Re: [PATCH 1/2] can: bcm: registration process optimization in bcm_module_init()

From: Ziyang Xuan (William)
Date: Wed Sep 14 2022 - 02:42:49 EST


>
>
> On 12.09.22 14:00, Marc Kleine-Budde wrote:
>> On 09.09.2022 17:04:06, Oliver Hartkopp wrote:
>>>
>>>
>>> On 09.09.22 05:58, Ziyang Xuan (William) wrote:
>>>>>
>>>>>
>>>>> On 9/8/22 13:14, Ziyang Xuan (William) wrote:
>>>>>>> Just another reference which make it clear that the reordering of function calls in your patch is likely not correct:
>>>>>>>
>>>>>>> https://elixir.bootlin.com/linux/v5.19.7/source/net/packet/af_packet.c#L4734
>>>>>>>
>>>>>>> static int __init packet_init(void)
>>>>>>> {
>>>>>>>            int rc;
>>>>>>>
>>>>>>>            rc = proto_register(&packet_proto, 0);
>>>>>>>            if (rc)
>>>>>>>                    goto out;
>>>>>>>            rc = sock_register(&packet_family_ops);
>>>>>>>            if (rc)
>>>>>>>                    goto out_proto;
>>>>>>>            rc = register_pernet_subsys(&packet_net_ops);
>>>>>>>            if (rc)
>>>>>>>                    goto out_sock;
>>>>>>>            rc = register_netdevice_notifier(&packet_netdev_notifier);
>>>>>>>            if (rc)
>>>>>>>                    goto out_pernet;
>>>>>>>
>>>>>>>            return 0;
>>>>>>>
>>>>>>> out_pernet:
>>>>>>>            unregister_pernet_subsys(&packet_net_ops);
>>>>>>> out_sock:
>>>>>>>            sock_unregister(PF_PACKET);
>>>>>>> out_proto:
>>>>>>>            proto_unregister(&packet_proto);
>>>>>>> out:
>>>>>>>            return rc;
>>>>>>> }
>>>>>>>
>>>
>>>> Yes,all these socket operations need time, most likely, register_netdevice_notifier() and register_pernet_subsys() had been done.
>>>> But it maybe not for some reasons, for example, cpu# that runs {raw,bcm}_module_init() is stuck temporary,
>>>> or pernet_ops_rwsem lock competition in register_netdevice_notifier() and register_pernet_subsys().
>>>>
>>>> If the condition which I pointed happens, I think my solution can solve.
>>>>
>>>
>>> No, I don't think so.
>>>
>>> We need to maintain the exact order which is depicted in the af_packet.c
>>> code from above as the notifier call references the sock pointer.
>>
>> The notifier calls bcm_notifier() first, which will loop over the
>> bcm_notifier_list. The list is empty if there are no sockets open, yet.
>> So from my point of view this change looks fine.
>>
>> IMHO it's better to make a series where all these notifiers are moved in
>> front of the respective socket proto_register().
>
> Notifiers and/or pernet_subsys ?
>
> But yes, that would be better to have a clean consistent sequence in all these cases.
>
> Would this affect af_packet.c then too?
Yes.

When we create a sock by packet_create() after proto_register() and sock_register().
It will use net->packet.sklist_lock and net->packet.sklist directly in packet_create().
net->packet.sklist_lock and net->packet.sklist are initialized in packet_net_init().

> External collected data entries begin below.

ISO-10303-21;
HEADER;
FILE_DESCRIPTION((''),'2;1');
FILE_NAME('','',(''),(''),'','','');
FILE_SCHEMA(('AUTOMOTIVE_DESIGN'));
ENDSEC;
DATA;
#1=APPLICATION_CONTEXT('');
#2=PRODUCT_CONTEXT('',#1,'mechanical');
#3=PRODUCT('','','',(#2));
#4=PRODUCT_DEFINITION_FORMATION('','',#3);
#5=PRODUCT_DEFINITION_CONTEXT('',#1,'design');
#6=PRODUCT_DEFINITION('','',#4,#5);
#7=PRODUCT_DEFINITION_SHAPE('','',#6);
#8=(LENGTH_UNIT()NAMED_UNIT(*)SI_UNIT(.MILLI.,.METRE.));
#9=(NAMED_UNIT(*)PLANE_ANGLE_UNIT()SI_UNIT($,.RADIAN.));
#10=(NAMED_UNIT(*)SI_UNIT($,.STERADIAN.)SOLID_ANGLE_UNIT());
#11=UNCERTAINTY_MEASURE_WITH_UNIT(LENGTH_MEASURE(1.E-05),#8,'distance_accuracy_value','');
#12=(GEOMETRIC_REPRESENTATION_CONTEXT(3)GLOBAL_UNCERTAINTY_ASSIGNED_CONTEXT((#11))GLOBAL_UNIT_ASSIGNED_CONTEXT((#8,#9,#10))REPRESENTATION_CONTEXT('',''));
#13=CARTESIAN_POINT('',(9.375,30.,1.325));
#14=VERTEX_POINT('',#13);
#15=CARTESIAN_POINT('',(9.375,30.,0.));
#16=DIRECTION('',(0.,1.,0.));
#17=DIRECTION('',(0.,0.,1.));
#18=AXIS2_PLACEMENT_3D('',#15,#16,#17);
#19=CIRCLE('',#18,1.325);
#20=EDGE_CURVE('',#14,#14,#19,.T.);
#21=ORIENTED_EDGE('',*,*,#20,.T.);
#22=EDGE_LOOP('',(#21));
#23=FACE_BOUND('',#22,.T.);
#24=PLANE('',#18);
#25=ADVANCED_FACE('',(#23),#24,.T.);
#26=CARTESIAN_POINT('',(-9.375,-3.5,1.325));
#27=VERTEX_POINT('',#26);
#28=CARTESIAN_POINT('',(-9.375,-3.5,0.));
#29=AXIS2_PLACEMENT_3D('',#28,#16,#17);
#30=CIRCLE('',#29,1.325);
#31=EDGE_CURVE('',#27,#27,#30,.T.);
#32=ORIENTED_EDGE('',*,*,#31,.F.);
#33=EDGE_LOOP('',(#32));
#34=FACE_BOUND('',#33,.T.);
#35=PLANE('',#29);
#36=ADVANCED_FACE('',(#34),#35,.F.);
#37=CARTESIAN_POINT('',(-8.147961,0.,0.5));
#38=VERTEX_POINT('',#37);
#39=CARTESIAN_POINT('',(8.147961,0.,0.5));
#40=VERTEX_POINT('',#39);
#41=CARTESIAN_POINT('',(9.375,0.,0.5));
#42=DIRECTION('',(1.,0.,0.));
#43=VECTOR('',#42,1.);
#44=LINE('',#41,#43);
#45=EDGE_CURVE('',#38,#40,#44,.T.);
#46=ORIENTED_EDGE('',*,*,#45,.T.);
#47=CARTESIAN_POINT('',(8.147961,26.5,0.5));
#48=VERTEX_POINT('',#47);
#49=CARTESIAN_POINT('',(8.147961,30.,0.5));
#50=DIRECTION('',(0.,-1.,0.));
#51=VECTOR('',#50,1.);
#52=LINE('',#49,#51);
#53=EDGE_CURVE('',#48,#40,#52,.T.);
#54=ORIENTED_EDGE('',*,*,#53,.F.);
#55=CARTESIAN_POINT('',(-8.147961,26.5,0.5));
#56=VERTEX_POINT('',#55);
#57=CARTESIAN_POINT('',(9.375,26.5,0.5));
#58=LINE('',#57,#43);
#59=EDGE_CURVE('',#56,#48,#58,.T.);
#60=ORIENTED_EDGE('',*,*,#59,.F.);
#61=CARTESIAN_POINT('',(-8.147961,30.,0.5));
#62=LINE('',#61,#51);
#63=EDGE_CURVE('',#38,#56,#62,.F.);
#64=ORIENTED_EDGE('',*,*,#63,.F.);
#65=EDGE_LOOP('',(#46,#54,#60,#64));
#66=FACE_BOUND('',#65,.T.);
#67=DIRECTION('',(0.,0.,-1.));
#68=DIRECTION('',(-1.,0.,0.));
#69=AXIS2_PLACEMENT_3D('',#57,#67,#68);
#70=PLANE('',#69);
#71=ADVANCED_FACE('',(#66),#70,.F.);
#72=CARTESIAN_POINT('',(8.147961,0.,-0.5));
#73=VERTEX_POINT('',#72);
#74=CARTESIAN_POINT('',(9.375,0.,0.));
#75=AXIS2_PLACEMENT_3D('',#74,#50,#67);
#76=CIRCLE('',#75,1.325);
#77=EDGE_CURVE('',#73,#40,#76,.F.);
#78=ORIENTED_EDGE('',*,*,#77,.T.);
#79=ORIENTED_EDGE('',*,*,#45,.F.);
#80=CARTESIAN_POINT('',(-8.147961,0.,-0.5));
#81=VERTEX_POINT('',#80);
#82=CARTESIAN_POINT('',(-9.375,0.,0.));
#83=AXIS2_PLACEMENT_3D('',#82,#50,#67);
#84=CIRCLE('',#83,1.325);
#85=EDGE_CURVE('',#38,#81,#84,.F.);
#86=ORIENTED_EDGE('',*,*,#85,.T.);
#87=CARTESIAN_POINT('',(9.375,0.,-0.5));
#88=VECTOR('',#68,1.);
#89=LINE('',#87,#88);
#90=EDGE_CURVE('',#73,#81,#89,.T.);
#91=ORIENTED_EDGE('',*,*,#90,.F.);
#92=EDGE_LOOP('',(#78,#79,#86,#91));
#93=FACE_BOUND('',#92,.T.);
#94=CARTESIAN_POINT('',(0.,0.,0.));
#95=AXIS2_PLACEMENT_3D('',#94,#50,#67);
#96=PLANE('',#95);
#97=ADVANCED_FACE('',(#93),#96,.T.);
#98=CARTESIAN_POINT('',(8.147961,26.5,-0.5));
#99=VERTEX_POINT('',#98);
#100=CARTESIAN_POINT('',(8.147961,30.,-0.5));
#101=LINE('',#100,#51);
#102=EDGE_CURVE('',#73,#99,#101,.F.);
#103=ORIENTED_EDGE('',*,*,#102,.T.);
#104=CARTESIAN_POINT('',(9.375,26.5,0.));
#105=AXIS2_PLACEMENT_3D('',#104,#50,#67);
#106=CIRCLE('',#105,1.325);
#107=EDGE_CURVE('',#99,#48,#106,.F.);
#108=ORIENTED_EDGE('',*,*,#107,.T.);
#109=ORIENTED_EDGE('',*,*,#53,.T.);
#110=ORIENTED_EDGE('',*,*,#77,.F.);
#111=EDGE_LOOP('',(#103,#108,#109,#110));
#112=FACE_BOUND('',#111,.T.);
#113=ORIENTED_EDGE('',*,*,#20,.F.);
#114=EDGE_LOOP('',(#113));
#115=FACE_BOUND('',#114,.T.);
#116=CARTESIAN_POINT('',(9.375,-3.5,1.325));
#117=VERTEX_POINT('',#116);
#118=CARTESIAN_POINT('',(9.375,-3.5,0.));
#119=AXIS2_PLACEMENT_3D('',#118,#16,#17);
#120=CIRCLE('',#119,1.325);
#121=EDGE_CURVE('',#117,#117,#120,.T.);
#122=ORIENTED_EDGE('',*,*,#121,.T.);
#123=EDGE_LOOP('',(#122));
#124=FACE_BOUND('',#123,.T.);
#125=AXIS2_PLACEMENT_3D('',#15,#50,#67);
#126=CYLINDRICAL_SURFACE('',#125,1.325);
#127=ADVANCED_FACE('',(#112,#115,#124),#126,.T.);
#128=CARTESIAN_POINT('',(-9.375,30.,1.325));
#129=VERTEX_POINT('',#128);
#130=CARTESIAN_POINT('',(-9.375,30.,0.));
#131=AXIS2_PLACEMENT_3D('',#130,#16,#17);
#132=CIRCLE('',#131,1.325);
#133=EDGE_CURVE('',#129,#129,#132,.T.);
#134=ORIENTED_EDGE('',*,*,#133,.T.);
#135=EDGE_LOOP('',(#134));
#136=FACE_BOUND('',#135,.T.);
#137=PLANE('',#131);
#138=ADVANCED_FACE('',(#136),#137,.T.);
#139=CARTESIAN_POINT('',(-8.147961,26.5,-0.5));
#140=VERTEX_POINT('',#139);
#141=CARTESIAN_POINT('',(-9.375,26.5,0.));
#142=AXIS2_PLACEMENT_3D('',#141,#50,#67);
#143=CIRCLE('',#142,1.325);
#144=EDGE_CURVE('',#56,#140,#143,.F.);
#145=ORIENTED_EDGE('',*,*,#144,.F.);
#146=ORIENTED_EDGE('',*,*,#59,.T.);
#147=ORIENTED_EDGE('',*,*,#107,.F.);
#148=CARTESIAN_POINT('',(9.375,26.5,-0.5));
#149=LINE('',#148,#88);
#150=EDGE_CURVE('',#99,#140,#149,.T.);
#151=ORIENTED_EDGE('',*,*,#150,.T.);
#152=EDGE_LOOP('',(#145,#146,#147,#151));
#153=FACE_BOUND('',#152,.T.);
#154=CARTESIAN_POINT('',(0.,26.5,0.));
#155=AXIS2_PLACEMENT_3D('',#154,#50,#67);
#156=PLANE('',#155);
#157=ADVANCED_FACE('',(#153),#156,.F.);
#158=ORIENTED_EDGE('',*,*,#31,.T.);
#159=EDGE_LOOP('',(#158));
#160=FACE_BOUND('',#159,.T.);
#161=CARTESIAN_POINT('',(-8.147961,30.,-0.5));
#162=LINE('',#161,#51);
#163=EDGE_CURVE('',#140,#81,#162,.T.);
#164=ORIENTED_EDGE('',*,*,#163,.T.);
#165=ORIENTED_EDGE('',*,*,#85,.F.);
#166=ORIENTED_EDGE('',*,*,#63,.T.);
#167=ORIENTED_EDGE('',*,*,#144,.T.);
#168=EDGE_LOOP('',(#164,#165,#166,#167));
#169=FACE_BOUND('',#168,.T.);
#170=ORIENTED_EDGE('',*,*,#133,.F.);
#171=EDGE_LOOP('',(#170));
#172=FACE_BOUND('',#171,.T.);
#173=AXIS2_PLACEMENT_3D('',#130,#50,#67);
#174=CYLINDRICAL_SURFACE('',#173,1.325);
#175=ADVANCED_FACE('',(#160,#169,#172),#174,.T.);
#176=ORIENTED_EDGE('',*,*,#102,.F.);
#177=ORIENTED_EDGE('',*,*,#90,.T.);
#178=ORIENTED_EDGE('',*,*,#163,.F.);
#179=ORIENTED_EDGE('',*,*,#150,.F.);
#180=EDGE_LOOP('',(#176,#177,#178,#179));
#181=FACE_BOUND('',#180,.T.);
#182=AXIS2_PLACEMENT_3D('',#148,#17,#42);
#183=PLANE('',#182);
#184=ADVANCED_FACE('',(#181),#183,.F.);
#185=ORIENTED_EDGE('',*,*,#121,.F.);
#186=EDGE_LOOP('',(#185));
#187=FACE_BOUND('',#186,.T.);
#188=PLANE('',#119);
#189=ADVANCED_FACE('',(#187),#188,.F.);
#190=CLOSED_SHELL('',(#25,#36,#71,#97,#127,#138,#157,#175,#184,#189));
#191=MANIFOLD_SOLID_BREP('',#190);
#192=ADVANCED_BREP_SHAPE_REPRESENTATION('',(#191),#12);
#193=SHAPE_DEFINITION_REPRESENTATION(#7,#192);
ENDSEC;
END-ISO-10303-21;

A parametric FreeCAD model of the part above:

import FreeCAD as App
import Part
import Sketcher
Q = App.Units.Quantity


def add_polygon(sketch, points):
    """Adds a closed chain of lines whose ends are joined by coincident constraints."""
    first, n = sketch.GeometryCount, len(points)
    for a, b in zip(points, points[1:] + points[:1]):
        sketch.addGeometry(Part.LineSegment(App.Vector(*a, 0), App.Vector(*b, 0)), False)
    for i in range(n):
        sketch.addConstraint(Sketcher.Constraint("Coincident", first + i, 2, first + (i + 1) % n, 1))

doc = App.newDocument("Part")
body = doc.addObject("PartDesign::Body", "Body")

sketch1 = body.newObject("Sketcher::SketchObject", "Sketch")
sketch1.AttachmentSupport = (doc.getObject("XZ_Plane"), [""])
sketch1.MapMode = "FlatFace"
add_polygon(sketch1, [(-9.4, -0.5), (-9.4, 0.5), (9.4, 0.5), (9.4, -0.5)])
sketch1.addConstraint([
    Sketcher.Constraint("Vertical", 0),
    Sketcher.Constraint("Horizontal", 1),
    Sketcher.Constraint("Vertical", 2),
    Sketcher.Constraint("Horizontal", 3),
    Sketcher.Constraint("Symmetric", 0, 2, 2, 2, -1, 1),
    Sketcher.Constraint("DistanceY", 0, 1, 0, 2, Q("1 mm")),
    Sketcher.Constraint("DistanceX", 1, 1, 1, 2, Q("18.75 mm")),
])
pad1 = body.newObject("PartDesign::Pad", "Pad")
pad1.Profile = sketch1
pad1.Length = 26.5
pad1.Reversed = True

sketch2 = body.newObject("Sketcher::SketchObject", "Sketch001")
sketch2.AttachmentSupport = (doc.getObject("XZ_Plane"), [""])
sketch2.MapMode = "FlatFace"
sketch2.AttachmentOffset = App.Placement(App.Vector(0, 0, -13.25), App.Rotation())
sketch2.addGeometry([
    Part.Circle(App.Vector(-9.4, 0, 0), App.Vector(0, 0, 1), 1.3),
    Part.Circle(App.Vector(9.4, 0, 0), App.Vector(0, 0, 1), 1.3),
], False)
sketch2.addConstraint([
    Sketcher.Constraint("Equal", 0, 1),
    Sketcher.Constraint("Symmetric", 0, 3, 1, 3, -1, 1),
    Sketcher.Constraint("PointOnObject", 0, 3, -1),
    Sketcher.Constraint("Diameter", 0, Q("2.65 mm")),
    Sketcher.Constraint("DistanceX", 0, 3, 1, 3, Q("18.75 mm")),
])
pad2 = body.newObject("PartDesign::Pad", "Pad001")
pad2.Profile = sketch2
pad2.Length = 33.5
pad2.Midplane = True

doc.recompute()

The code snippet is as follows:

static int packet_create(struct net *net, struct socket *sock, int protocol,
int kern)
{
...
mutex_lock(&net->packet.sklist_lock);
sk_add_node_tail_rcu(sk, &net->packet.sklist);
mutex_unlock(&net->packet.sklist_lock);
...
}


static int __net_init packet_net_init(struct net *net)
{
mutex_init(&net->packet.sklist_lock);
INIT_HLIST_HEAD(&net->packet.sklist);
...
}

So, if the sock is created firstly, we will get illegal access bug.

>
> Regards,
> Oliver
>
> .